[Collected data]
★ ★ ★ ★ ★ ★ ★
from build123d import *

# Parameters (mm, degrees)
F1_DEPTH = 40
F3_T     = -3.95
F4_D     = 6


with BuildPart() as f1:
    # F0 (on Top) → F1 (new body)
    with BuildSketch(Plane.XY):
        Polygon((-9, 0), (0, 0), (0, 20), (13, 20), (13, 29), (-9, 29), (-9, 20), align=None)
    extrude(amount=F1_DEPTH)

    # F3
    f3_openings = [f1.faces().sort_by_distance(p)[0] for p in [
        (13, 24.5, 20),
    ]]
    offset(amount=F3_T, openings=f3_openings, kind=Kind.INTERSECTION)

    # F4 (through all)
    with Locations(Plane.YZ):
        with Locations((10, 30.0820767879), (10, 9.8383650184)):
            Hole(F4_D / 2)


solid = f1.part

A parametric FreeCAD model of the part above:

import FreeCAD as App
import Part
import Sketcher


def faces_at(feature, points):
    """Names of the faces that lie closest to the given points."""
    faces = feature.Shape.Faces
    near = lambda p: min(range(len(faces)), key=lambda i: faces[i].distToShape(Part.Vertex(*p))[0])
    return sorted({f"Face{near(p) + 1}" for p in points})


def add_polygon(sketch, points):
    """Adds a closed chain of lines whose ends are joined by coincident constraints."""
    first, n = sketch.GeometryCount, len(points)
    for a, b in zip(points, points[1:] + points[:1]):
        sketch.addGeometry(Part.LineSegment(App.Vector(*a, 0), App.Vector(*b, 0)), False)
    for i in range(n):
        sketch.addConstraint(Sketcher.Constraint("Coincident", first + i, 2, first + (i + 1) % n, 1))

doc = App.newDocument("Part")
body = doc.addObject("PartDesign::Body", "Body")

# Sketch on XY plane
sketch1 = body.newObject("Sketcher::SketchObject", "Sketch")
sketch1.AttachmentSupport = (doc.getObject("XY_Plane"), [""])
sketch1.MapMode = "FlatFace"
add_polygon(sketch1, [(-9, 0), (0, 0), (0, 20), (13, 20), (13, 29), (-9, 29)])  # lines 0-5
sketch1.addConstraint(Sketcher.Constraint("Horizontal", 0))
sketch1.addConstraint(Sketcher.Constraint("Vertical", 1))
sketch1.addConstraint(Sketcher.Constraint("Horizontal", 2))
sketch1.addConstraint(Sketcher.Constraint("Vertical", 3))
sketch1.addConstraint(Sketcher.Constraint("Horizontal", 4))
sketch1.addConstraint(Sketcher.Constraint("Vertical", 5))
sketch1.addConstraint(Sketcher.Constraint("Coincident", 0, 2, -1, 1))
sketch1.addConstraint(Sketcher.Constraint("Equal", 0, 3))
sketch1.addConstraint(Sketcher.Constraint("DistanceX", 0, 1, 0, 2, 9.0))
sketch1.addConstraint(Sketcher.Constraint("DistanceX", 2, 1, 2, 2, 13.0))
sketch1.addConstraint(Sketcher.Constraint("DistanceY", 1, 1, 1, 2, 20.0))
pad1 = body.newObject("PartDesign::Pad", "Pad")
pad1.Profile = sketch1
pad1.Length = 40
doc.recompute()

thickness = body.newObject("PartDesign::Thickness", "Thickness")
thickness.Base = (pad1, faces_at(pad1, [(13, 24.5, 20)]))
thickness.Value = 3.95
thickness.Reversed = True
thickness.Join = "Intersection"

# Sketch on YZ plane
sketch2 = body.newObject("Sketcher::SketchObject", "Sketch001")
sketch2.AttachmentSupport = (doc.getObject("YZ_Plane"), [""])
sketch2.MapMode = "FlatFace"
sketch2.addGeometry(Part.Circle(App.Vector(10, 30.1, 0), App.Vector(0, 0, 1), 3), False)
sketch2.addGeometry(Part.Circle(App.Vector(10, 9.8, 0), App.Vector(0, 0, 1), 3), False)
sketch2.addConstraint(Sketcher.Constraint("Equal", 0, 1))
sketch2.addConstraint(Sketcher.Constraint("Vertical", 0, 3, 1, 3))
sketch2.addConstraint(Sketcher.Constraint("Diameter", 0, 6.0))
sketch2.addConstraint(Sketcher.Constraint("DistanceX", -1, 1, 0, 3, 10.0))
sketch2.addConstraint(Sketcher.Constraint("DistanceY", 1, 3, 0, 3, 20.243712))
sketch2.addConstraint(Sketcher.Constraint("DistanceY", -1, 1, 0, 3, 30.082077))
doc.recompute()
hole = body.newObject("PartDesign::Hole", "Hole")
hole.Profile = sketch2
hole.ThreadType = "None"
hole.Diameter = 6
hole.DepthType = "ThroughAll"

doc.recompute()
★ ★ ★ ★ ★ ★ ★
Exercise requirements –
Every line of the data is to be printed again exactly.

Result of this task –
from build123d import *

# Parameters (mm, degrees)
F1_DEPTH = 40
F3_T     = -3.95
F4_D     = 6


with BuildPart() as f1:
    # F0 (on Top) → F1 (new body)
    with BuildSketch(Plane.XY):
        Polygon((-9, 0), (0, 0), (0, 20), (13, 20), (13, 29), (-9, 29), (-9, 20), align=None)
    extrude(amount=F1_DEPTH)

    # F3
    f3_openings = [f1.faces().sort_by_distance(p)[0] for p in [
        (13, 24.5, 20),
    ]]
    offset(amount=F3_T, openings=f3_openings, kind=Kind.INTERSECTION)

    # F4 (through all)
    with Locations(Plane.YZ):
        with Locations((10, 30.0820767879), (10, 9.8383650184)):
            Hole(F4_D / 2)


solid = f1.part

A parametric FreeCAD model of the part above:

import FreeCAD as App
import Part
import Sketcher


def faces_at(feature, points):
    """Names of the faces that lie closest to the given points."""
    faces = feature.Shape.Faces
    near = lambda p: min(range(len(faces)), key=lambda i: faces[i].distToShape(Part.Vertex(*p))[0])
    return sorted({f"Face{near(p) + 1}" for p in points})


def add_polygon(sketch, points):
    """Adds a closed chain of lines whose ends are joined by coincident constraints."""
    first, n = sketch.GeometryCount, len(points)
    for a, b in zip(points, points[1:] + points[:1]):
        sketch.addGeometry(Part.LineSegment(App.Vector(*a, 0), App.Vector(*b, 0)), False)
    for i in range(n):
        sketch.addConstraint(Sketcher.Constraint("Coincident", first + i, 2, first + (i + 1) % n, 1))

doc = App.newDocument("Part")
body = doc.addObject("PartDesign::Body", "Body")

# Sketch on XY plane
sketch1 = body.newObject("Sketcher::SketchObject", "Sketch")
sketch1.AttachmentSupport = (doc.getObject("XY_Plane"), [""])
sketch1.MapMode = "FlatFace"
add_polygon(sketch1, [(-9, 0), (0, 0), (0, 20), (13, 20), (13, 29), (-9, 29)])  # lines 0-5
sketch1.addConstraint(Sketcher.Constraint("Horizontal", 0))
sketch1.addConstraint(Sketcher.Constraint("Vertical", 1))
sketch1.addConstraint(Sketcher.Constraint("Horizontal", 2))
sketch1.addConstraint(Sketcher.Constraint("Vertical", 3))
sketch1.addConstraint(Sketcher.Constraint("Horizontal", 4))
sketch1.addConstraint(Sketcher.Constraint("Vertical", 5))
sketch1.addConstraint(Sketcher.Constraint("Coincident", 0, 2, -1, 1))
sketch1.addConstraint(Sketcher.Constraint("Equal", 0, 3))
sketch1.addConstraint(Sketcher.Constraint("DistanceX", 0, 1, 0, 2, 9.0))
sketch1.addConstraint(Sketcher.Constraint("DistanceX", 2, 1, 2, 2, 13.0))
sketch1.addConstraint(Sketcher.Constraint("DistanceY", 1, 1, 1, 2, 20.0))
pad1 = body.newObject("PartDesign::Pad", "Pad")
pad1.Profile = sketch1
pad1.Length = 40
doc.recompute()

thickness = body.newObject("PartDesign::Thickness", "Thickness")
thickness.Base = (pad1, faces_at(pad1, [(13, 24.5, 20)]))
thickness.Value = 3.95
thickness.Reversed = True
thickness.Join = "Intersection"

# Sketch on YZ plane
sketch2 = body.newObject("Sketcher::SketchObject", "Sketch001")
sketch2.AttachmentSupport = (doc.getObject("YZ_Plane"), [""])
sketch2.MapMode = "FlatFace"
sketch2.addGeometry(Part.Circle(App.Vector(10, 30.1, 0), App.Vector(0, 0, 1), 3), False)
sketch2.addGeometry(Part.Circle(App.Vector(10, 9.8, 0), App.Vector(0, 0, 1), 3), False)
sketch2.addConstraint(Sketcher.Constraint("Equal", 0, 1))
sketch2.addConstraint(Sketcher.Constraint("Vertical", 0, 3, 1, 3))
sketch2.addConstraint(Sketcher.Constraint("Diameter", 0, 6.0))
sketch2.addConstraint(Sketcher.Constraint("DistanceX", -1, 1, 0, 3, 10.0))
sketch2.addConstraint(Sketcher.Constraint("DistanceY", 1, 3, 0, 3, 20.243712))
sketch2.addConstraint(Sketcher.Constraint("DistanceY", -1, 1, 0, 3, 30.082077))
doc.recompute()
hole = body.newObject("PartDesign::Hole", "Hole")
hole.Profile = sketch2
hole.ThreadType = "None"
hole.Diameter = 6
hole.DepthType = "ThroughAll"

doc.recompute()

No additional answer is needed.